Quinn Pendleton, from Washington, CT, attended her first summer program when she was 13. She spent subsequent summers at Boston Ballet, the Washington Ballet and the Nutmeg Conservatory for the Arts, and at 17 moved to Germany to dance with Staatsballett Berlin.
“Every year I got a little more used to going away,” says Pendleton, who’s now with Les Ballets de Monte-Carlo in Monaco. “While the idea of being alone was daunting at first, it’s easier to talk to new people when you aren’t with people you know. I still missed home, but I had fun with new friends, and I didn’t feel as homesick.”
If you’re worried that you’ll have a hard time being away from home this summer, whether it’s for a week-long workshop or a six-week intensive, try these strategies to get the most out of your summer studies.
1. Don’t worry. Homesickness is common, especially if you haven’t been away from home before. “Most summer students are homesick for the first 24 to 48 hours,” says Jennifer Wesling, dean of students at Interlochen Center for the Arts in Interlochen, MI. It’s normal to feel sad after mom and dad drive away, so don’t feel bad about the emotions you’re experiencing.
2. Introduce yourself. If you’re nervous about putting yourself out there, just remember: You aren’t the only one who doesn’t know anybody. “Often, it’s like everyone is waiting for one person to make the first move,” says Kelly Novitski, director of student life at the School of Am
erican Ballet in NYC. There’s lots to talk about besides dance—books, music, movies—so try whatever it takes to get people talking.

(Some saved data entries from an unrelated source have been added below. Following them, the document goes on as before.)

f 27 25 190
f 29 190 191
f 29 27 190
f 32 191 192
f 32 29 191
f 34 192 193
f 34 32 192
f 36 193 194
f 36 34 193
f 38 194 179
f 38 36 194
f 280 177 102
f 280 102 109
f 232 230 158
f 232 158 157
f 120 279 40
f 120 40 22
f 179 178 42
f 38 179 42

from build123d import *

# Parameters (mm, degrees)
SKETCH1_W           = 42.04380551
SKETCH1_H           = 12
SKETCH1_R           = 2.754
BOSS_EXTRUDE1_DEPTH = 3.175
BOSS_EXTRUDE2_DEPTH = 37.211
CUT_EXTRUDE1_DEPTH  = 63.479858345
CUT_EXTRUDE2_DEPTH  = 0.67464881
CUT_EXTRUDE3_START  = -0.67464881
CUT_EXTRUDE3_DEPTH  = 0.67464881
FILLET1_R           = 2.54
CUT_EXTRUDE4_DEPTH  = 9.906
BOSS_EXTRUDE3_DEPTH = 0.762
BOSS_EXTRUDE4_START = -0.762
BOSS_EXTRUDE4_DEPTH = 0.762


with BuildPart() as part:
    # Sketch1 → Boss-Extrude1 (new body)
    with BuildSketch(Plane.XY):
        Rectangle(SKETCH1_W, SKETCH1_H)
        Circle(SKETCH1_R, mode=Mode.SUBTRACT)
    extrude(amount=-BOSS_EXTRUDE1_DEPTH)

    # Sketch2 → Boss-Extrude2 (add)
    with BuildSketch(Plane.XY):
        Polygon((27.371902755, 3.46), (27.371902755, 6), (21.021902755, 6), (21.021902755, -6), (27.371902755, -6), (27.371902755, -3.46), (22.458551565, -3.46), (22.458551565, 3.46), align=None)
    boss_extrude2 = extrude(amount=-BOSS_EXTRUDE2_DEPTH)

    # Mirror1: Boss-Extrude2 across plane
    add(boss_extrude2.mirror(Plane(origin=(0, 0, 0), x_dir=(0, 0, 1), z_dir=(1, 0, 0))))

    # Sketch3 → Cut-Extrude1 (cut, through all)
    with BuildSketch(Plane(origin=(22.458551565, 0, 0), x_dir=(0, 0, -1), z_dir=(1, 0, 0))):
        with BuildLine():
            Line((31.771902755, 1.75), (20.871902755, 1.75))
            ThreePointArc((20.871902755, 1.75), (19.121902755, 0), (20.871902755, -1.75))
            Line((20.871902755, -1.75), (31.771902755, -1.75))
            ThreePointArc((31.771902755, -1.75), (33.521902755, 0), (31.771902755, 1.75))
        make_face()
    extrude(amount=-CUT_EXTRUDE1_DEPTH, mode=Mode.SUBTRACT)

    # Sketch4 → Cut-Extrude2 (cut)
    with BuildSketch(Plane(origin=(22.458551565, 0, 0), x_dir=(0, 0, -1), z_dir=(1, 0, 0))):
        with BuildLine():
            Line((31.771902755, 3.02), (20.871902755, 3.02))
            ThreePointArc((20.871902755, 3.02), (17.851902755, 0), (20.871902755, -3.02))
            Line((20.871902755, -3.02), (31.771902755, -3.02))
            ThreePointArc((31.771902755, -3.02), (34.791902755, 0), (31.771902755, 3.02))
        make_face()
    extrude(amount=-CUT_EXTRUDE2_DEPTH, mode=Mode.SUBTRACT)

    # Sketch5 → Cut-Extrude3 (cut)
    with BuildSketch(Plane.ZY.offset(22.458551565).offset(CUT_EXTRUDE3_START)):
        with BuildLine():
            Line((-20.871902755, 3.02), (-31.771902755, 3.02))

3. Be a social butterfly. “In dance class, you don’t get to talk much,” explains Novitski. That’s why many summer intensives offer activities—ice cream socials, field trips, movie nights—to help students get to know each other. Take advantage of them! You’ll feel better overall if you’re not just sitting in your room. “The busier you are, be it shopping or exploring,” Pendleton says, “the less time you spend missing home.”
4. Talk to an adult. You haven’t clicked with your roommates or classmates, and you’re too shy to go to social events alone. What’s your next step? Tell a counselor or staffer how you’re feeling. He or she can offer words of wisdom and connect you with other dancers who might be feeling the same way.

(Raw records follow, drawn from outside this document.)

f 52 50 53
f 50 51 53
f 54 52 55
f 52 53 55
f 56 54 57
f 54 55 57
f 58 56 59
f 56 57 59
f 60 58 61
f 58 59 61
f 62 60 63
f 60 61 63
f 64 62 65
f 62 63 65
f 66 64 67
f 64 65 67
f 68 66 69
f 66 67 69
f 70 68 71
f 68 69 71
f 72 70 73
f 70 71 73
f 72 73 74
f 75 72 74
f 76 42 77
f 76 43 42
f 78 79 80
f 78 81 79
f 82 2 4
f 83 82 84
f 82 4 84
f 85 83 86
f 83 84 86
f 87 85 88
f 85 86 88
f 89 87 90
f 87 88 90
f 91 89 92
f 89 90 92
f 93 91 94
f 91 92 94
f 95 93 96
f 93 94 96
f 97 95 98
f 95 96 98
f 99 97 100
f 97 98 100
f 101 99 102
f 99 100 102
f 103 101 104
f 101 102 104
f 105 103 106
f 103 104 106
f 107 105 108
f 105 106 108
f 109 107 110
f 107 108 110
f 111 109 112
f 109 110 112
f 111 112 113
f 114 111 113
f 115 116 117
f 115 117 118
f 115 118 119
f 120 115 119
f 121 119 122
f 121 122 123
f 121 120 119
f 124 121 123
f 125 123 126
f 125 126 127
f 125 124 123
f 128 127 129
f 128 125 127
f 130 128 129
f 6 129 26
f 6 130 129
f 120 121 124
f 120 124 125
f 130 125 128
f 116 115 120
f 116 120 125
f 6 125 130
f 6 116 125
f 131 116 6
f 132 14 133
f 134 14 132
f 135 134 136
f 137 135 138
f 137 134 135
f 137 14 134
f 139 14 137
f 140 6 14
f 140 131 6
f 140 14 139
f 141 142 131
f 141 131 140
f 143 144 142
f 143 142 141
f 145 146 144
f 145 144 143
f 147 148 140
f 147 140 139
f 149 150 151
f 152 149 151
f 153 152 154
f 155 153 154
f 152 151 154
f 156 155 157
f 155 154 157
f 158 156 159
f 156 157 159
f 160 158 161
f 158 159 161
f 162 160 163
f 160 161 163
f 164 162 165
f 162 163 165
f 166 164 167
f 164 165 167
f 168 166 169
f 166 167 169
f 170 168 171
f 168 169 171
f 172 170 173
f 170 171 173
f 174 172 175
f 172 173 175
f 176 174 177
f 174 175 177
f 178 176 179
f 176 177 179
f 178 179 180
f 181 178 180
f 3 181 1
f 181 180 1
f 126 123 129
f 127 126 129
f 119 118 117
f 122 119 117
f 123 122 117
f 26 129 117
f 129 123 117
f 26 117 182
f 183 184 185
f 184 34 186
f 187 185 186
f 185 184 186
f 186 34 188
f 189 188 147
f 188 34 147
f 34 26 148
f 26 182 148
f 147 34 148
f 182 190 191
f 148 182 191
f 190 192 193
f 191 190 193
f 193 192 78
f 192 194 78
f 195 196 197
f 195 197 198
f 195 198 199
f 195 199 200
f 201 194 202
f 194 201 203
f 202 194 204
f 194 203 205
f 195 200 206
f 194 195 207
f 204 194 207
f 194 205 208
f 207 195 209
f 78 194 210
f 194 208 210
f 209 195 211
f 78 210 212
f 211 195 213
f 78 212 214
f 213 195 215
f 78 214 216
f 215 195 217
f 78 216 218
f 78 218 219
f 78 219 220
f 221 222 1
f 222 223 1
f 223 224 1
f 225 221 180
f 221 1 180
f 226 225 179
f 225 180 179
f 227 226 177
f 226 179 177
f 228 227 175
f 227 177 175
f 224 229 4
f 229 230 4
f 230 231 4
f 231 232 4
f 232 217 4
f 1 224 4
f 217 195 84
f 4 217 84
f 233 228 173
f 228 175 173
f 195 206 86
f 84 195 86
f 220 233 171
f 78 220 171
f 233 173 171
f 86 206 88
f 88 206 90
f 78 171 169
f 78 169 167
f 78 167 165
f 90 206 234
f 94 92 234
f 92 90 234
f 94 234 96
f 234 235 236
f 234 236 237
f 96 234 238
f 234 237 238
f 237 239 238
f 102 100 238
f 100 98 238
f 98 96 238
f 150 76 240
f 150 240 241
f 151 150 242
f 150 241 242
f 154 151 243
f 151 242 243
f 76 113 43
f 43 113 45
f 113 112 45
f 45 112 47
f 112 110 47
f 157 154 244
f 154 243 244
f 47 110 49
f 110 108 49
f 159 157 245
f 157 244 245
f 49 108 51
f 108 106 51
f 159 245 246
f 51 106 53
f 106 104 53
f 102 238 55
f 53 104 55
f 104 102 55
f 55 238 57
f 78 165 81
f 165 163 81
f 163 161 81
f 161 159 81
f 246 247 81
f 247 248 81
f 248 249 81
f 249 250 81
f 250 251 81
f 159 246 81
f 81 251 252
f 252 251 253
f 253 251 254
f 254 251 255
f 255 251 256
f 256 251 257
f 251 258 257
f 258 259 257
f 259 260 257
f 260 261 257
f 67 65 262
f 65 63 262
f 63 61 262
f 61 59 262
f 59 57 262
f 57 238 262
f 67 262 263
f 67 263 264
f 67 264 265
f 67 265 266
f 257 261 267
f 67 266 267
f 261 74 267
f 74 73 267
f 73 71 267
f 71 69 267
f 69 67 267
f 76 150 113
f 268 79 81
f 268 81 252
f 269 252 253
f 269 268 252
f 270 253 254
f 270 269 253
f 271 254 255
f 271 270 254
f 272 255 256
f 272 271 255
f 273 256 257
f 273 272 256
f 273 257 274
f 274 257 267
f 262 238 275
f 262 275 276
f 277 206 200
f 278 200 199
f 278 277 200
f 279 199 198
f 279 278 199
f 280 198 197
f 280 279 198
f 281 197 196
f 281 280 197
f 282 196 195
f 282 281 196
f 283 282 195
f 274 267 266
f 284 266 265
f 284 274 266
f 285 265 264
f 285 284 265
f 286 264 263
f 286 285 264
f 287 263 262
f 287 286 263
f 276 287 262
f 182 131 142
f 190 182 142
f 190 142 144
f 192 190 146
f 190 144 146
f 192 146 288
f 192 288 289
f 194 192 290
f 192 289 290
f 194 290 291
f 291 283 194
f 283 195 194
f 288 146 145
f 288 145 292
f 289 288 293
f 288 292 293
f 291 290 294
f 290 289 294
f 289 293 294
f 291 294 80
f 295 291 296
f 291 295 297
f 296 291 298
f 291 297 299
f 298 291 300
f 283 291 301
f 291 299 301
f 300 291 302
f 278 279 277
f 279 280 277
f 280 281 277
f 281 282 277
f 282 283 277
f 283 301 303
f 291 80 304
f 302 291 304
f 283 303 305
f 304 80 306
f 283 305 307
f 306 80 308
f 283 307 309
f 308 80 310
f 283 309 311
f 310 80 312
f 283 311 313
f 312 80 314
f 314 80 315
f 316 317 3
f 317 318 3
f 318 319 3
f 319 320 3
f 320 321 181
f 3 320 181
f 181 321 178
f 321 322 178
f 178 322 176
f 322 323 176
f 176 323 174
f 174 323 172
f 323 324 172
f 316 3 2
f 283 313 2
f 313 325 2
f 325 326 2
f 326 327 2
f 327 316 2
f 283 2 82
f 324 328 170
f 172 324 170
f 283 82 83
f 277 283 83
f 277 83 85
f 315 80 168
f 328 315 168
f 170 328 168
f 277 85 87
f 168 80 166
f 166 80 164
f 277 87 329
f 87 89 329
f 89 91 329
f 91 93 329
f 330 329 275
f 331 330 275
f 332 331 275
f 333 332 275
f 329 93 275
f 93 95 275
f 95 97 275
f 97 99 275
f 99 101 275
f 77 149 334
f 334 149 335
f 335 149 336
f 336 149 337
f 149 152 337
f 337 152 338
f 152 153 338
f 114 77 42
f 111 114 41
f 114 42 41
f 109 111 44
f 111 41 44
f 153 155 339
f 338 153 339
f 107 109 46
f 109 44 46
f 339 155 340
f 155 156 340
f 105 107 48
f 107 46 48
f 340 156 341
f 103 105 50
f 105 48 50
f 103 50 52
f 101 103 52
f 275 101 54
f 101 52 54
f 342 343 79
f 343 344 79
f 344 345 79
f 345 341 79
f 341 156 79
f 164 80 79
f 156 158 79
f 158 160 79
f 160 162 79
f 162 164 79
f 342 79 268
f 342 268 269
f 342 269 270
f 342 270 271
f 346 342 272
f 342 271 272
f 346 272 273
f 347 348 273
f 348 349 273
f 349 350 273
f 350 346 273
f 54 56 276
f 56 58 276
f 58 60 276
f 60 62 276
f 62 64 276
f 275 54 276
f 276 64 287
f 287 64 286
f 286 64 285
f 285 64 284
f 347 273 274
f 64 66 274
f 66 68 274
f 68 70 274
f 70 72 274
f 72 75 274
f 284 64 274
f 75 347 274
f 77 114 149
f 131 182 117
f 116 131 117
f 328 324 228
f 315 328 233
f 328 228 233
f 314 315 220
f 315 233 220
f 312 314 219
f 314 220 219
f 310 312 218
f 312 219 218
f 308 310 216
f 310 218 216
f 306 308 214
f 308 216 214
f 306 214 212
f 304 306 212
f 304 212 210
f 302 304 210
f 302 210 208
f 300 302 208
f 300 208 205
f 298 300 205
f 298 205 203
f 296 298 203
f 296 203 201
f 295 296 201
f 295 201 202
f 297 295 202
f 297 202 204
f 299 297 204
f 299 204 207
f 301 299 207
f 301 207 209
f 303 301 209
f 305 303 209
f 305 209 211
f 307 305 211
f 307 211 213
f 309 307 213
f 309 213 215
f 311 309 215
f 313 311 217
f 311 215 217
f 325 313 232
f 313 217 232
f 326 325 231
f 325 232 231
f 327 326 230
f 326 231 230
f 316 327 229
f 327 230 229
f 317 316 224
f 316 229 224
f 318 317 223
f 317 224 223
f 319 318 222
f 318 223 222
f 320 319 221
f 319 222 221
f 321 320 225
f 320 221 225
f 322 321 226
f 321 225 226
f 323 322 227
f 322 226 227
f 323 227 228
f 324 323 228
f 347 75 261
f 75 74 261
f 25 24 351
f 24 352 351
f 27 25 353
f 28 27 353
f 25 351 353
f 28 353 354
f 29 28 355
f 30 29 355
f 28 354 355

5. Bring home with you. Pack pictures and small items that will remind you of home and loved ones. Mementos, from a stuffed animal to a music mix made by a friend, can comfort you when you’re feeling down. There’s another perk, too: Items from home can be conversation starters for you and your new friends.
6. Weigh the benefits. Consider what you’re getting. “We ask students, ‘If you were at home right now, what would you be missing by not being here?’” Wesling says. “You’d miss dance classes, meeting new friends, performances—try to look forward rather than longing for home.”
7. Keep in touch. Write letters. Send e-mails. Call home. But try not to spend the entire conversation asking about what you’re missing. Instead, share the new memories you’re making, Novitski says. “By telling others about your experience, you can remind yourself that you’re having a good time!”
“Summer study prepared me for getting used to a new environment as a professional,” Pendleton says. However, if you do experience homesickness, remember that it gets better with time. “Now I think of home as a place to go on vacations, not where I actually live,” Pendleton says. “That’s just a part of growing up!”